**YOUR GOAL**
Starting at the top of the listing below, copy each line exactly, stopping after the line that contains "#10=(NAMED_UNIT(*)SI_UNIT($,.STERADIAN.)SOLID_ANGLE_UNIT());".
─── WORKING DATA
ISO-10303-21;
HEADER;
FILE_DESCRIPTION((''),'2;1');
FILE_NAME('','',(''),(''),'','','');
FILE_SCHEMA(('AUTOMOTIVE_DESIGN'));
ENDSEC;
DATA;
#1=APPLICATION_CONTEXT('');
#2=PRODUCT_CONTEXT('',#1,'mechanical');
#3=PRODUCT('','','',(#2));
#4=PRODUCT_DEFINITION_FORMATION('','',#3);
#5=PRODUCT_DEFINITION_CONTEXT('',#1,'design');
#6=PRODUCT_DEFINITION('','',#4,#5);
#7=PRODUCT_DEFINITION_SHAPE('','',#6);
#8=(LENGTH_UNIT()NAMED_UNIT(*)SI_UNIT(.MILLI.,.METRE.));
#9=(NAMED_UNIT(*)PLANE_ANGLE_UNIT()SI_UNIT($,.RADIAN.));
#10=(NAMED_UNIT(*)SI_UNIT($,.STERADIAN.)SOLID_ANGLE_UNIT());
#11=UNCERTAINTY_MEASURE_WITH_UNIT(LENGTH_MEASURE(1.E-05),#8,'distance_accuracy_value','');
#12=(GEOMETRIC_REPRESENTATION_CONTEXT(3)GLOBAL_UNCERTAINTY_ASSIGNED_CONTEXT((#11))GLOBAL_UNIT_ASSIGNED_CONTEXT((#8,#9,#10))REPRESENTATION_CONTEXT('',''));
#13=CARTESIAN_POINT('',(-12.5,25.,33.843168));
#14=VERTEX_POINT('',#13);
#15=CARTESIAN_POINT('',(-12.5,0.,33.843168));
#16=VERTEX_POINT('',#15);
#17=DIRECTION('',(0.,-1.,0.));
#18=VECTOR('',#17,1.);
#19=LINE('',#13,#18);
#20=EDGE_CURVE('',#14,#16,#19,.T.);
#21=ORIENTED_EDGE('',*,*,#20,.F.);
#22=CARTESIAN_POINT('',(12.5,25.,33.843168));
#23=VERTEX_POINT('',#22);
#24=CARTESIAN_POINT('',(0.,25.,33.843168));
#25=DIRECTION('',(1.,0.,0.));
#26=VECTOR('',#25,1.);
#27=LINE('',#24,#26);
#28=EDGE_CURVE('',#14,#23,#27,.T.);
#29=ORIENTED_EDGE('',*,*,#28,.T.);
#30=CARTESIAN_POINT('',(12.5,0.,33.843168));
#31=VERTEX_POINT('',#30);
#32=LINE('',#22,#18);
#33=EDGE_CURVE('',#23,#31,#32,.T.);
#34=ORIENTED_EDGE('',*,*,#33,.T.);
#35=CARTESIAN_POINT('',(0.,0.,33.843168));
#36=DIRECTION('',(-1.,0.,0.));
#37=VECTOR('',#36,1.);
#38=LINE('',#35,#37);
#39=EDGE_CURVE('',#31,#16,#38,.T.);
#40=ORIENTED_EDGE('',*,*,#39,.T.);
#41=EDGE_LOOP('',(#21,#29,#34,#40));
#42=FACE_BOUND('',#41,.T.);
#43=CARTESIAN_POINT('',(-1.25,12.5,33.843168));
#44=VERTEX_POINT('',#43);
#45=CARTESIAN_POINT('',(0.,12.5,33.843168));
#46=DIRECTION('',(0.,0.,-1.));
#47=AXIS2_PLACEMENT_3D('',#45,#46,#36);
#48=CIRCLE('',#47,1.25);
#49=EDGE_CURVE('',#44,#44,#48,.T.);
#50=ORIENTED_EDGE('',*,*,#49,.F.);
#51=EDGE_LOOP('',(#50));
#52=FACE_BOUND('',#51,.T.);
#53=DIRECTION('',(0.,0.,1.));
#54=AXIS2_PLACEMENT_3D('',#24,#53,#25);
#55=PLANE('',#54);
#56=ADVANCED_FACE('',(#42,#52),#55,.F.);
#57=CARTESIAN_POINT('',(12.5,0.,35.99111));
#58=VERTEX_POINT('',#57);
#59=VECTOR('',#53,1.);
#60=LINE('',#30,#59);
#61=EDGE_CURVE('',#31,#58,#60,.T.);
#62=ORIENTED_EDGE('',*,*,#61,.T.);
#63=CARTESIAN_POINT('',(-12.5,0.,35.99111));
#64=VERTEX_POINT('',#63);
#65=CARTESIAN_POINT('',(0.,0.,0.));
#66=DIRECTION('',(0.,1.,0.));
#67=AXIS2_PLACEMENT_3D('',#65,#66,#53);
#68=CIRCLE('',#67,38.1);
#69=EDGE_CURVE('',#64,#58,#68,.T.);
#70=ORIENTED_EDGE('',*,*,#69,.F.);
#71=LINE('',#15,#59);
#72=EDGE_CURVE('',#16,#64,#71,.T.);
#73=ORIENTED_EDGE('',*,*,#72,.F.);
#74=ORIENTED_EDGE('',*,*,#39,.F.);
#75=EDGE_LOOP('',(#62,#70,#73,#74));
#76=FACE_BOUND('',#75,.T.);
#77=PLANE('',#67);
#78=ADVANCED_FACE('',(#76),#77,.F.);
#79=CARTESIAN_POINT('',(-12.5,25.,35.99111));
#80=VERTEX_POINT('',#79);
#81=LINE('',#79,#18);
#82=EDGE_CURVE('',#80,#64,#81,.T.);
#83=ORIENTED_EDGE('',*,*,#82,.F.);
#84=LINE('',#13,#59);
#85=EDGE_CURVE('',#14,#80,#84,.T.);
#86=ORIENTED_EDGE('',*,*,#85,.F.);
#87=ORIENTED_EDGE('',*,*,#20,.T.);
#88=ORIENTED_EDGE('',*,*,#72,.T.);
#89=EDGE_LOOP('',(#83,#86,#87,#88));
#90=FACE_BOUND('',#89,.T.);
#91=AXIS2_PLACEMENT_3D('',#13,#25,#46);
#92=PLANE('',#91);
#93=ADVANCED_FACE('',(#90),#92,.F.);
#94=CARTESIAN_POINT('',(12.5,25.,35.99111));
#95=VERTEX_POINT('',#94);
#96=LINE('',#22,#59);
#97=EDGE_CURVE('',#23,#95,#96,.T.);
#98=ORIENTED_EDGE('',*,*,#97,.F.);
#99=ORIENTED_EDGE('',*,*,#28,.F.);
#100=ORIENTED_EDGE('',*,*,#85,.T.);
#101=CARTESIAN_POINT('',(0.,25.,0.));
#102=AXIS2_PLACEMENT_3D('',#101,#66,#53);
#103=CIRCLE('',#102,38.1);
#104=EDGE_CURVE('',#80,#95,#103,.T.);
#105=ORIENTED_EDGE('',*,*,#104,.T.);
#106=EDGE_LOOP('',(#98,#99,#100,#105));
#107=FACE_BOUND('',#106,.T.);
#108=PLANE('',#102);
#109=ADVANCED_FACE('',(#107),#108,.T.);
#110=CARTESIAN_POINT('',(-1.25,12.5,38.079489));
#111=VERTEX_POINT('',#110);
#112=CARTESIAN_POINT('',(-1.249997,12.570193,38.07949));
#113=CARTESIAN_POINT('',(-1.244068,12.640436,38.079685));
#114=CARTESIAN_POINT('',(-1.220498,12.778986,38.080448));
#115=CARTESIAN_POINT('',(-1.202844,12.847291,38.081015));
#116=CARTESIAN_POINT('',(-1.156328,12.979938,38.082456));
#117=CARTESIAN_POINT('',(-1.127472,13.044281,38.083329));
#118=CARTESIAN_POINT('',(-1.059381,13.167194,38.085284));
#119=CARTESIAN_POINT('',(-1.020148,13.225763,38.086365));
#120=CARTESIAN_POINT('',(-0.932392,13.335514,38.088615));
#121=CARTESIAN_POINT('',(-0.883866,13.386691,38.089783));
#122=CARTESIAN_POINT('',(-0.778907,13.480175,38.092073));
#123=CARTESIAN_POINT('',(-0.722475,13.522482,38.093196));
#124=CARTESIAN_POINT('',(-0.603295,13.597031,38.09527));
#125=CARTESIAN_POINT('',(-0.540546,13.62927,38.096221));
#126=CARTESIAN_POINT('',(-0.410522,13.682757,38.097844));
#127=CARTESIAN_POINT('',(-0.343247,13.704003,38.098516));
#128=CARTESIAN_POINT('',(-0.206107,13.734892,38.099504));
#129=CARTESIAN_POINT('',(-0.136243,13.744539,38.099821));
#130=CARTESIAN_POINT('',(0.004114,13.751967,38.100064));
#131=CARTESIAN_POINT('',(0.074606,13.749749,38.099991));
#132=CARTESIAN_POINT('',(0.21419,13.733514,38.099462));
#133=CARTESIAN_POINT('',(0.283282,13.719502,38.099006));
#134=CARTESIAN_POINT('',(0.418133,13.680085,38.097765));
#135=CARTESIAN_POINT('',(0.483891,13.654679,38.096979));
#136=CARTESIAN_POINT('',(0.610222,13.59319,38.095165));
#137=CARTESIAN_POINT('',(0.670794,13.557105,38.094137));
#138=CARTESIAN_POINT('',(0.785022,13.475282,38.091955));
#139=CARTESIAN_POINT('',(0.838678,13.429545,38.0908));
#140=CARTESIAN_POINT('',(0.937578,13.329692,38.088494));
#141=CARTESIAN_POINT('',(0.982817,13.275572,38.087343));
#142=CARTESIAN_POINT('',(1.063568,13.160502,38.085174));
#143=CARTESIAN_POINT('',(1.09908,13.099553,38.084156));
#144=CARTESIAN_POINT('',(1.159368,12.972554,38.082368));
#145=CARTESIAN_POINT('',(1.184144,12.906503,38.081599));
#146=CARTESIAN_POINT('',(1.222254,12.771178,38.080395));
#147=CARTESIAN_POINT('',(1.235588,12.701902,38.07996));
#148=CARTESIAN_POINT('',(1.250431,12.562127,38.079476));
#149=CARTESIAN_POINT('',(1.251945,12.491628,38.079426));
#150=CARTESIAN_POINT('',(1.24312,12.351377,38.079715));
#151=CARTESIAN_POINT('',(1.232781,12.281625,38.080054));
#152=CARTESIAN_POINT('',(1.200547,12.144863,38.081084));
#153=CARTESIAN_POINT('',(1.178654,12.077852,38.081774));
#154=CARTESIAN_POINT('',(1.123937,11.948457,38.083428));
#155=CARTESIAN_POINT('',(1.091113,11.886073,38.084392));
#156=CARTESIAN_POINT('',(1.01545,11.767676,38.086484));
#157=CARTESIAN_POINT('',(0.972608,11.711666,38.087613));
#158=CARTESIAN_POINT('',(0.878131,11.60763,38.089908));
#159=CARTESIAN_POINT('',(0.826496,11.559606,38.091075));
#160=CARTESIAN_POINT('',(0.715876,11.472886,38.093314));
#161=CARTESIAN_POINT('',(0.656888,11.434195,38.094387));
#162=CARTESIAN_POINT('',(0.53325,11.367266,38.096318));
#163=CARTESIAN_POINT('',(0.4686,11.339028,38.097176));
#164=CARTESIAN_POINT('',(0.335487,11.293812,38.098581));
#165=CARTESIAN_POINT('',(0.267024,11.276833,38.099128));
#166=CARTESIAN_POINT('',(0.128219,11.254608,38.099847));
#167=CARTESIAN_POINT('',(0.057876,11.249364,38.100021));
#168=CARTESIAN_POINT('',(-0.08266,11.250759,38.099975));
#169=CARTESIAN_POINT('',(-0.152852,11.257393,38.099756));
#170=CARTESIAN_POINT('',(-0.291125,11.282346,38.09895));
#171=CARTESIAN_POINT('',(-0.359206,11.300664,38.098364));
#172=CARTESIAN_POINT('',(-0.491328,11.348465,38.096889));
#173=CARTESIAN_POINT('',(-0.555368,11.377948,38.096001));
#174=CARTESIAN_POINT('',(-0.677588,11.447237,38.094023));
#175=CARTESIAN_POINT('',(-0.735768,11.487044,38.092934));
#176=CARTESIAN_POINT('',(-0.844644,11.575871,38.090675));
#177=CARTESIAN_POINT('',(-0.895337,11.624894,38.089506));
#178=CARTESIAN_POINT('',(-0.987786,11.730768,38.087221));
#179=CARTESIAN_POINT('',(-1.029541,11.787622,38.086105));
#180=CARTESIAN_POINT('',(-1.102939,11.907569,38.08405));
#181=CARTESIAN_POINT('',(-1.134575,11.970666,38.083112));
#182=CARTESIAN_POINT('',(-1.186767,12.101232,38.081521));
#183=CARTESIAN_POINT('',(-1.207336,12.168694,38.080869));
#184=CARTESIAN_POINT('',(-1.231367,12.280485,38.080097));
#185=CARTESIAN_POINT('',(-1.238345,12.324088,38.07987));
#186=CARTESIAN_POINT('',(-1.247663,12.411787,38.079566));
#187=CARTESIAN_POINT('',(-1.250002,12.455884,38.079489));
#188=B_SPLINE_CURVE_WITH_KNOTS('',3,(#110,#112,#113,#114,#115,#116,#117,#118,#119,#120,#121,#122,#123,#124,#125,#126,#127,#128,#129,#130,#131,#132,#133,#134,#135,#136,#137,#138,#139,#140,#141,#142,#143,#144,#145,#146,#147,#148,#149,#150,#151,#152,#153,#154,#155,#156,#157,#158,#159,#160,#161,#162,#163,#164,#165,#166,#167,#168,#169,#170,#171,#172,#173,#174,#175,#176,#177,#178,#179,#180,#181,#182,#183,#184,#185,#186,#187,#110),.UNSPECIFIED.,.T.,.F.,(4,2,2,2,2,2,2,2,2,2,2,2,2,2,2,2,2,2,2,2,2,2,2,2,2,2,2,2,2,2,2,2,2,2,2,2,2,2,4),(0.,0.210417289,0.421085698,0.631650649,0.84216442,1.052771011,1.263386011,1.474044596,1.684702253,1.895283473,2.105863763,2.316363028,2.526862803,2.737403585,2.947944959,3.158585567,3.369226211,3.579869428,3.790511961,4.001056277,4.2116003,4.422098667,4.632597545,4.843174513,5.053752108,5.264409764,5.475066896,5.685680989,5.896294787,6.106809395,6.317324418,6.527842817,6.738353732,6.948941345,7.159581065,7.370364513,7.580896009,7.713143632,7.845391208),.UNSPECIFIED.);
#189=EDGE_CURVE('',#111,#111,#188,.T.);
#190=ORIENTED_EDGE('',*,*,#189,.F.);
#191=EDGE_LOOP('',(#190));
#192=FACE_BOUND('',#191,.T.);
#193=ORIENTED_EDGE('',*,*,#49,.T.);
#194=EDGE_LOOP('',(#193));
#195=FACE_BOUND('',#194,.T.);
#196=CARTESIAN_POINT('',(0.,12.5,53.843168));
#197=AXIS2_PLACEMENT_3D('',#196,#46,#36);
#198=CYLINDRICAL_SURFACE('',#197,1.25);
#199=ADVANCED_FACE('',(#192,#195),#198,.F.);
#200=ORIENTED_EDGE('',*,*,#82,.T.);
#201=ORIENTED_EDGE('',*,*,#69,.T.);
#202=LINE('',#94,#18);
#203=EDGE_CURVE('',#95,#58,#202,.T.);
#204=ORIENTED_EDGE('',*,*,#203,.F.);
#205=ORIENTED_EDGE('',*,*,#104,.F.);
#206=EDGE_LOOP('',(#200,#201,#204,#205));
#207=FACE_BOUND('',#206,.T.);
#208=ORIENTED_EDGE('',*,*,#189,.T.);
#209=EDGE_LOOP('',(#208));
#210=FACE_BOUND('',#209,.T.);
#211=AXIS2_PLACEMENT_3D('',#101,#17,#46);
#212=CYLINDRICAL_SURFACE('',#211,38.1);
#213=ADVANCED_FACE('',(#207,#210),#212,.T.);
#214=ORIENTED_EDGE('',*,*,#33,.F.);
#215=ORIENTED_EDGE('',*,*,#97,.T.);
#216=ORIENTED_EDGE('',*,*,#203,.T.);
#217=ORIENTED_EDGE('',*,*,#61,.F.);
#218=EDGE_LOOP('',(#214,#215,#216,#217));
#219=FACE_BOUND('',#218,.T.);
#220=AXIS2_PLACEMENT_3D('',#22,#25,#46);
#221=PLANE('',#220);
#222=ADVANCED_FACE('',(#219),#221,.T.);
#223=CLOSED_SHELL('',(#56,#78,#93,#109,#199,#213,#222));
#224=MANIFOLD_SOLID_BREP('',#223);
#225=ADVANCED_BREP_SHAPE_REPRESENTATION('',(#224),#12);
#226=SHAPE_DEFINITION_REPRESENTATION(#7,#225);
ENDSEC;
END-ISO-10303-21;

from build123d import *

# Parameters (mm, degrees)
BOSS_EXTRUDE1_DEPTH = 25
SKETCH3_R           = 1.25
CUT_EXTRUDE1_DEPTH  = 20


with BuildPart() as part:
    # Sketch2 → Boss-Extrude1 (new body)
    with BuildSketch(Plane(origin=(0, 0, 0), x_dir=(1, 0, 0), z_dir=(0, 1, 0))):
        with BuildLine():
            Line((0, -33.8431677), (-12.5, -33.8431677))
            Line((-12.5, -33.8431677), (-12.5, -35.991110013))
            ThreePointArc((-12.5, -35.991110013), (0, -38.1), (12.5, -35.991110013))
            Line((12.5, -35.991110013), (12.5, -33.8431677))
            Line((12.5, -33.8431677), (0, -33.8431677))
        make_face()
    extrude(amount=BOSS_EXTRUDE1_DEPTH)

    # Sketch3 → Cut-Extrude1 (cut)
    with BuildSketch(Plane(origin=(0, 0, 33.8431677), x_dir=(-1, 0, 0), z_dir=(0, 0, -1))):
        with Locations((0, 12.5)):
            Circle(SKETCH3_R)
    extrude(amount=-CUT_EXTRUDE1_DEPTH, mode=Mode.SUBTRACT)


solid = part.part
──────
**RESPONSE TO THE TASK**
ISO-10303-21;
HEADER;
FILE_DESCRIPTION((''),'2;1');
FILE_NAME('','',(''),(''),'','','');
FILE_SCHEMA(('AUTOMOTIVE_DESIGN'));
ENDSEC;
DATA;
#1=APPLICATION_CONTEXT('');
#2=PRODUCT_CONTEXT('',#1,'mechanical');
#3=PRODUCT('','','',(#2));
#4=PRODUCT_DEFINITION_FORMATION('','',#3);
#5=PRODUCT_DEFINITION_CONTEXT('',#1,'design');
#6=PRODUCT_DEFINITION('','',#4,#5);
#7=PRODUCT_DEFINITION_SHAPE('','',#6);
#8=(LENGTH_UNIT()NAMED_UNIT(*)SI_UNIT(.MILLI.,.METRE.));
#9=(NAMED_UNIT(*)PLANE_ANGLE_UNIT()SI_UNIT($,.RADIAN.));
#10=(NAMED_UNIT(*)SI_UNIT($,.STERADIAN.)SOLID_ANGLE_UNIT());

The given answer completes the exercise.